▸ **Task item**
Looking at the data below, state how many lines contain "CIRCLE". No other words are wanted.

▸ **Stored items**
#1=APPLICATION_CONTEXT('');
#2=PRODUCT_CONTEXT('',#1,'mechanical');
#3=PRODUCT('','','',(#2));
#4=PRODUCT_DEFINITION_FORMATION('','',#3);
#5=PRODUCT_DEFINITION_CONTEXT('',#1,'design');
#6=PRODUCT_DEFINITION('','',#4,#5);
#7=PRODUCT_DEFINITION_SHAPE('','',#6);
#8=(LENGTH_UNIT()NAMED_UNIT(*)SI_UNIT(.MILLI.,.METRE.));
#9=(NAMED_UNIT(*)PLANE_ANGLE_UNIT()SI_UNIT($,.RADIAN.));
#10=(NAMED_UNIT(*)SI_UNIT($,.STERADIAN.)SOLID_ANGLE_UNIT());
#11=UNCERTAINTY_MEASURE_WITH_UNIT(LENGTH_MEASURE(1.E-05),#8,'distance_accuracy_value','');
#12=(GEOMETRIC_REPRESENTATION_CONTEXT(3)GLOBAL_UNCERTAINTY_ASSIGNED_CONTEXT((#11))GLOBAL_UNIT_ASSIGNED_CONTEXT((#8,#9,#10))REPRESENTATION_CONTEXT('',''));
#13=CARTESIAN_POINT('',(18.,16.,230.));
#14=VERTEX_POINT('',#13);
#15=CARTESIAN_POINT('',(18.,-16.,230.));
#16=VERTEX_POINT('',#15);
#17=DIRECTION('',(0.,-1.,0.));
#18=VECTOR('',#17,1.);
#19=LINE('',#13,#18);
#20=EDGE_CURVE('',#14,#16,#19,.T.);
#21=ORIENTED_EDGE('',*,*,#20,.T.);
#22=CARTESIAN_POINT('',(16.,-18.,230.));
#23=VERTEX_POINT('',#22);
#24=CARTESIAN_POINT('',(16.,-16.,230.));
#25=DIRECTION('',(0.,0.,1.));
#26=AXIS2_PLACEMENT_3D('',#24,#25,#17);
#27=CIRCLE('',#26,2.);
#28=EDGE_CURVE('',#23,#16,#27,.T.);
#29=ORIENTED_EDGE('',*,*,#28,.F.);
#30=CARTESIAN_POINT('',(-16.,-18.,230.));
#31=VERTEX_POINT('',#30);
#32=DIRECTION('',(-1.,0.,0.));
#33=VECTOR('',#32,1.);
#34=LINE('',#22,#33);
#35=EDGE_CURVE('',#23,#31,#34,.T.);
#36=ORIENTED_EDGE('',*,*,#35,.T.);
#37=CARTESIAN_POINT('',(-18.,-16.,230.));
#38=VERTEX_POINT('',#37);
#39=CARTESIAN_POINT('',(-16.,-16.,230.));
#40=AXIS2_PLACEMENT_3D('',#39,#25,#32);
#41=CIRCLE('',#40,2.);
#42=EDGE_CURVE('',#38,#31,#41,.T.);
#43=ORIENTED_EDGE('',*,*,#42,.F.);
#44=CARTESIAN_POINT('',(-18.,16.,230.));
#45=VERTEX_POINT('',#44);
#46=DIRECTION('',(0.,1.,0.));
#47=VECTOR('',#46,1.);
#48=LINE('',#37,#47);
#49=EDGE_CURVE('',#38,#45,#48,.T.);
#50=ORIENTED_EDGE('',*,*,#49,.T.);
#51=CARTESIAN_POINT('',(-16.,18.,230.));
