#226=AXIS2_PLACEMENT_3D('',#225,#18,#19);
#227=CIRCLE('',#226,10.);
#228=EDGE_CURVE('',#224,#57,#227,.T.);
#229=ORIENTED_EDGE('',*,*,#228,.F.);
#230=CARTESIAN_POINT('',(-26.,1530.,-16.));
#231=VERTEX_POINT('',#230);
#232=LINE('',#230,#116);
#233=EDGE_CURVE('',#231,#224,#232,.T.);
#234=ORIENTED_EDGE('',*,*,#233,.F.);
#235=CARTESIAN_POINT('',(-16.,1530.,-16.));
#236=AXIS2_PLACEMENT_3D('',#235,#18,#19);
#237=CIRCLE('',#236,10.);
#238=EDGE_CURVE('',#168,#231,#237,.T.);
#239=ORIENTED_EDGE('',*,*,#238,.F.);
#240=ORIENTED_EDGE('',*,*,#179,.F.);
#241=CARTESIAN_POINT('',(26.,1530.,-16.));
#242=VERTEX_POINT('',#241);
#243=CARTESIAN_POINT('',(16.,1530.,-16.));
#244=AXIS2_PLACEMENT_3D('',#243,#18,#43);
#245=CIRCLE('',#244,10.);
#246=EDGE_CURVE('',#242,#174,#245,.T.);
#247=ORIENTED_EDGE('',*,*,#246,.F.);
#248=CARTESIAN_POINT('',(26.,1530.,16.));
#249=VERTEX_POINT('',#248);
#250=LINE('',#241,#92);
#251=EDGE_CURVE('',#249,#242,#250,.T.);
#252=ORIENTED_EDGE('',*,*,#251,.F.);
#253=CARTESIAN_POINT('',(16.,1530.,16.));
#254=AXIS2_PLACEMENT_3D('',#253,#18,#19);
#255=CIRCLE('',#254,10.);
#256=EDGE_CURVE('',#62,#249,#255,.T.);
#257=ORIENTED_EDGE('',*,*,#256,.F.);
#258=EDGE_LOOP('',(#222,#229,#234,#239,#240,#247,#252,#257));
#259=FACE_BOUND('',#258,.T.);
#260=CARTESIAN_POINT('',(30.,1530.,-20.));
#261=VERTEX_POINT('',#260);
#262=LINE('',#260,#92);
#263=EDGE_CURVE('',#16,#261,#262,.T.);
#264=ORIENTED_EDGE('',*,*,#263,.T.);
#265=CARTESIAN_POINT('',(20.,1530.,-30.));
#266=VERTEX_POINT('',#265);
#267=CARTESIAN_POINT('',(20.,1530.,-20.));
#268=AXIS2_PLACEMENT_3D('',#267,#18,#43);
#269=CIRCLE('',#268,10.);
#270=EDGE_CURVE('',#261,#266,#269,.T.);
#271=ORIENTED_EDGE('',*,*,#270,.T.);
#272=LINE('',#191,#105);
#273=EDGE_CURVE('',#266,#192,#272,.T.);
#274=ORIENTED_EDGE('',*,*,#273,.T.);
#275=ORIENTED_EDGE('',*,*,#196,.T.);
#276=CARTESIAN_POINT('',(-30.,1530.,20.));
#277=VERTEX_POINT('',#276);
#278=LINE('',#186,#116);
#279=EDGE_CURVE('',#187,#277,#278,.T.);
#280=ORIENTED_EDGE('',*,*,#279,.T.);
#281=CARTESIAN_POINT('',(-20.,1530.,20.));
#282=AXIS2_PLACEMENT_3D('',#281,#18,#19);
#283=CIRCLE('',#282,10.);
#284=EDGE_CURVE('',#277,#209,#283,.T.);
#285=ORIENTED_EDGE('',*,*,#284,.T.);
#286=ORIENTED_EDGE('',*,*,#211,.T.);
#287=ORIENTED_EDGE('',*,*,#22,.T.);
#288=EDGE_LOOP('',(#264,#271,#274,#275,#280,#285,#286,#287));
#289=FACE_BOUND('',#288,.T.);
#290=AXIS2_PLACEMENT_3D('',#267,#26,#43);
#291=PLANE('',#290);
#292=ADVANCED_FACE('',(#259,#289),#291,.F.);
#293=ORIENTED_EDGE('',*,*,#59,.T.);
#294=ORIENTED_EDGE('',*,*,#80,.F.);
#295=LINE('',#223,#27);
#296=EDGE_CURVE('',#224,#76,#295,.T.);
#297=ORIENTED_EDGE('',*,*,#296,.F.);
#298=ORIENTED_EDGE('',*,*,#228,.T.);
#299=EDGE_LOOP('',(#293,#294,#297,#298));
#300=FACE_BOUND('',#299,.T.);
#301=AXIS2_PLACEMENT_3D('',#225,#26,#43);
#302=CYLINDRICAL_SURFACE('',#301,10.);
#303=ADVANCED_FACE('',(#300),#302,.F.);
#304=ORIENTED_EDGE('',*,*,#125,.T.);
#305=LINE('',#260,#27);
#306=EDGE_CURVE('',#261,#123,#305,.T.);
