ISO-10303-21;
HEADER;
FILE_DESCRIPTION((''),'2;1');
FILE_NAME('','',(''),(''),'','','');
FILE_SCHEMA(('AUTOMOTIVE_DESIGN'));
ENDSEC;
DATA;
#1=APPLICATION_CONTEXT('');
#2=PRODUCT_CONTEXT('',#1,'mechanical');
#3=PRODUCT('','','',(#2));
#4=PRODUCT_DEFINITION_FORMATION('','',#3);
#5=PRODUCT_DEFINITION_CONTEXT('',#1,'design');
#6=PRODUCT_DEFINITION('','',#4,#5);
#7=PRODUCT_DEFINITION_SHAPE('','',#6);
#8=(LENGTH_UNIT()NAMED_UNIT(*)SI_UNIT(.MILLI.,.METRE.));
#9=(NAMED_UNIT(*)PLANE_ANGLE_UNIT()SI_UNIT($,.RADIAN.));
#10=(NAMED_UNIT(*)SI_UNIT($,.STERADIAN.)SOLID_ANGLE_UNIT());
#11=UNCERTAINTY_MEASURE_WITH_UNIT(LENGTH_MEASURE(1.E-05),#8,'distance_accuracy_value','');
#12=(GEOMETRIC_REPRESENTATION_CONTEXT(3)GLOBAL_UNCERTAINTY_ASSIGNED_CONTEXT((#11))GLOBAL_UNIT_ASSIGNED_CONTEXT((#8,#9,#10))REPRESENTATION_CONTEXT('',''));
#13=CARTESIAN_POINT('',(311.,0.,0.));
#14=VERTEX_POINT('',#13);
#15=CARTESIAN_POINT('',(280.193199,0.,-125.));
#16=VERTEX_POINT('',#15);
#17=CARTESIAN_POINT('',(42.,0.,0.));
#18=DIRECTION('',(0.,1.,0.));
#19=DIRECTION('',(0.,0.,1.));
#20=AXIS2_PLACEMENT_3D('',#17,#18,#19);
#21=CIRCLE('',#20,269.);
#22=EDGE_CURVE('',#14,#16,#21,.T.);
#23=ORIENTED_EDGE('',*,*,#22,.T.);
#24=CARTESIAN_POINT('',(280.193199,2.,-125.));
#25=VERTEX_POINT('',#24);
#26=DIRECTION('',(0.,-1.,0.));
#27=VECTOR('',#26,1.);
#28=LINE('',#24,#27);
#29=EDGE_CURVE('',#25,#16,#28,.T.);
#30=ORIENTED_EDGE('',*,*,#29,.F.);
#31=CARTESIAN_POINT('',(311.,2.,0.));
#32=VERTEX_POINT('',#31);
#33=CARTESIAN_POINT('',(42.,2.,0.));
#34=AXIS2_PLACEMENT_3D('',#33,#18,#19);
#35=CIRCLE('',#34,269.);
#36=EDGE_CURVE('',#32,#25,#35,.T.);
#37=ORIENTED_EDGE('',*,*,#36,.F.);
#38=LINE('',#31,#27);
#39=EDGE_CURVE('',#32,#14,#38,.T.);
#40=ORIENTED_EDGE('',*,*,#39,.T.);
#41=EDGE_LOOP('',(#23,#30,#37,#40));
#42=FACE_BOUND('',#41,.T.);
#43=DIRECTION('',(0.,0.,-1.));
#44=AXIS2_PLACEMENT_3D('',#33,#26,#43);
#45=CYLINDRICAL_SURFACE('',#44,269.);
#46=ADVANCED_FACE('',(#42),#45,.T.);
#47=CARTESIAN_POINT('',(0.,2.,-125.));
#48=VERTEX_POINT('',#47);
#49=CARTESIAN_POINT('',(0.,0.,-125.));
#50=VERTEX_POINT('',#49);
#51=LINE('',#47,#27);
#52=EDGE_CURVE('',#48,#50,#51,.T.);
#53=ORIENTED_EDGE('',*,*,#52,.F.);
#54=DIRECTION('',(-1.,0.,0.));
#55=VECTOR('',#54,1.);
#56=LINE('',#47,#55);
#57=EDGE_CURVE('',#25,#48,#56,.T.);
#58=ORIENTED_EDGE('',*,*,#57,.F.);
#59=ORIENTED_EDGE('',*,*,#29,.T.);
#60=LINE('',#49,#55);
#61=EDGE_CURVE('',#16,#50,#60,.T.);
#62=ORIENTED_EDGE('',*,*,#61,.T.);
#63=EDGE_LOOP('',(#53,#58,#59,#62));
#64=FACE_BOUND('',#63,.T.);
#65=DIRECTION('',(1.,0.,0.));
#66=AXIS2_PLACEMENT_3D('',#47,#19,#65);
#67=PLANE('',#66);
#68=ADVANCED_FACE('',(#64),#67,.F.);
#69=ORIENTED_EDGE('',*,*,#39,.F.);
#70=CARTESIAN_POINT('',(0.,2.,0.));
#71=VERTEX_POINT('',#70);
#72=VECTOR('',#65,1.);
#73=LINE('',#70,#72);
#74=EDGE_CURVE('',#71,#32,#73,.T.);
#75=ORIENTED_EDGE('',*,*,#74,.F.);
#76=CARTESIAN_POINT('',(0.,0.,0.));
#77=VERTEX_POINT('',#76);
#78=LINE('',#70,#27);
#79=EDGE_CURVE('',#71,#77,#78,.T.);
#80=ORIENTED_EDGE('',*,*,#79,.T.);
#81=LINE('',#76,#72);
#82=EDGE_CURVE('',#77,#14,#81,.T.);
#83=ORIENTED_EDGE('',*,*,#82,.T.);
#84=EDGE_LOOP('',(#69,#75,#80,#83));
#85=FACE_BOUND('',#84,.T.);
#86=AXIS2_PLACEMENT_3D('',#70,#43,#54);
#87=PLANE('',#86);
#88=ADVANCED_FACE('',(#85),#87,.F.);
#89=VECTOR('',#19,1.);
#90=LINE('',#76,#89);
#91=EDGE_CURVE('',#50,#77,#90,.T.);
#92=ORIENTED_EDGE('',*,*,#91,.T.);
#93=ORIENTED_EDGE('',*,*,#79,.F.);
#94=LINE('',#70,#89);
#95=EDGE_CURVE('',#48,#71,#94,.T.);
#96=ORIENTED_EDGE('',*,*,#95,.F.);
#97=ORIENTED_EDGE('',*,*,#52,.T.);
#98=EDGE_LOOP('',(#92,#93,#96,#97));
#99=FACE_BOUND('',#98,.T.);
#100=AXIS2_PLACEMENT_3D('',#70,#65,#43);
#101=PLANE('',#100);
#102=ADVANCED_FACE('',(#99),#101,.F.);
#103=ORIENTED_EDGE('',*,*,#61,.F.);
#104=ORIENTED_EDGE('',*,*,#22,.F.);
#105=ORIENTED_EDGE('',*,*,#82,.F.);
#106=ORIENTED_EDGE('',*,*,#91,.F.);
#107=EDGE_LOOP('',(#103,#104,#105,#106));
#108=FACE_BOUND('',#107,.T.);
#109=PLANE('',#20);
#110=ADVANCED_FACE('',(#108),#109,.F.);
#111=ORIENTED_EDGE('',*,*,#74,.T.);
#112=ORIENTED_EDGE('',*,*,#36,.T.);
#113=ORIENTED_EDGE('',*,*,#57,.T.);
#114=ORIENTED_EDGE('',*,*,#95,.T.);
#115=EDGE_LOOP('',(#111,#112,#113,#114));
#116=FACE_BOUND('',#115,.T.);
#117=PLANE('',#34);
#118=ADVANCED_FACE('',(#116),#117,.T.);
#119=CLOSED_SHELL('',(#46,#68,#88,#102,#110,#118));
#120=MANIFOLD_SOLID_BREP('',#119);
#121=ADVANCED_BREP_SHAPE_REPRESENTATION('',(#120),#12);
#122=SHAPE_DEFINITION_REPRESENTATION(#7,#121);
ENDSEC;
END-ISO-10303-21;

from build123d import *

# Parameters (mm, degrees)
BOSS_EXTRUDE1_DEPTH = 2


with BuildPart() as part:
    # Sketch1 → Boss-Extrude1 (new body)
    with BuildSketch(Plane(origin=(0, 0, 0), x_dir=(1, 0, 0), z_dir=(0, 1, 0))):
        with BuildLine():
            Line((0, 0), (311, 0))
            ThreePointArc((311, 0), (303.184772243, 64.37013864), (280.193198895, 125))
            Line((280.193198895, 125), (0, 125))
            Line((0, 125), (0, 0))
        make_face()
    extrude(amount=BOSS_EXTRUDE1_DEPTH)


solid = part.part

▸ **Solution below**
10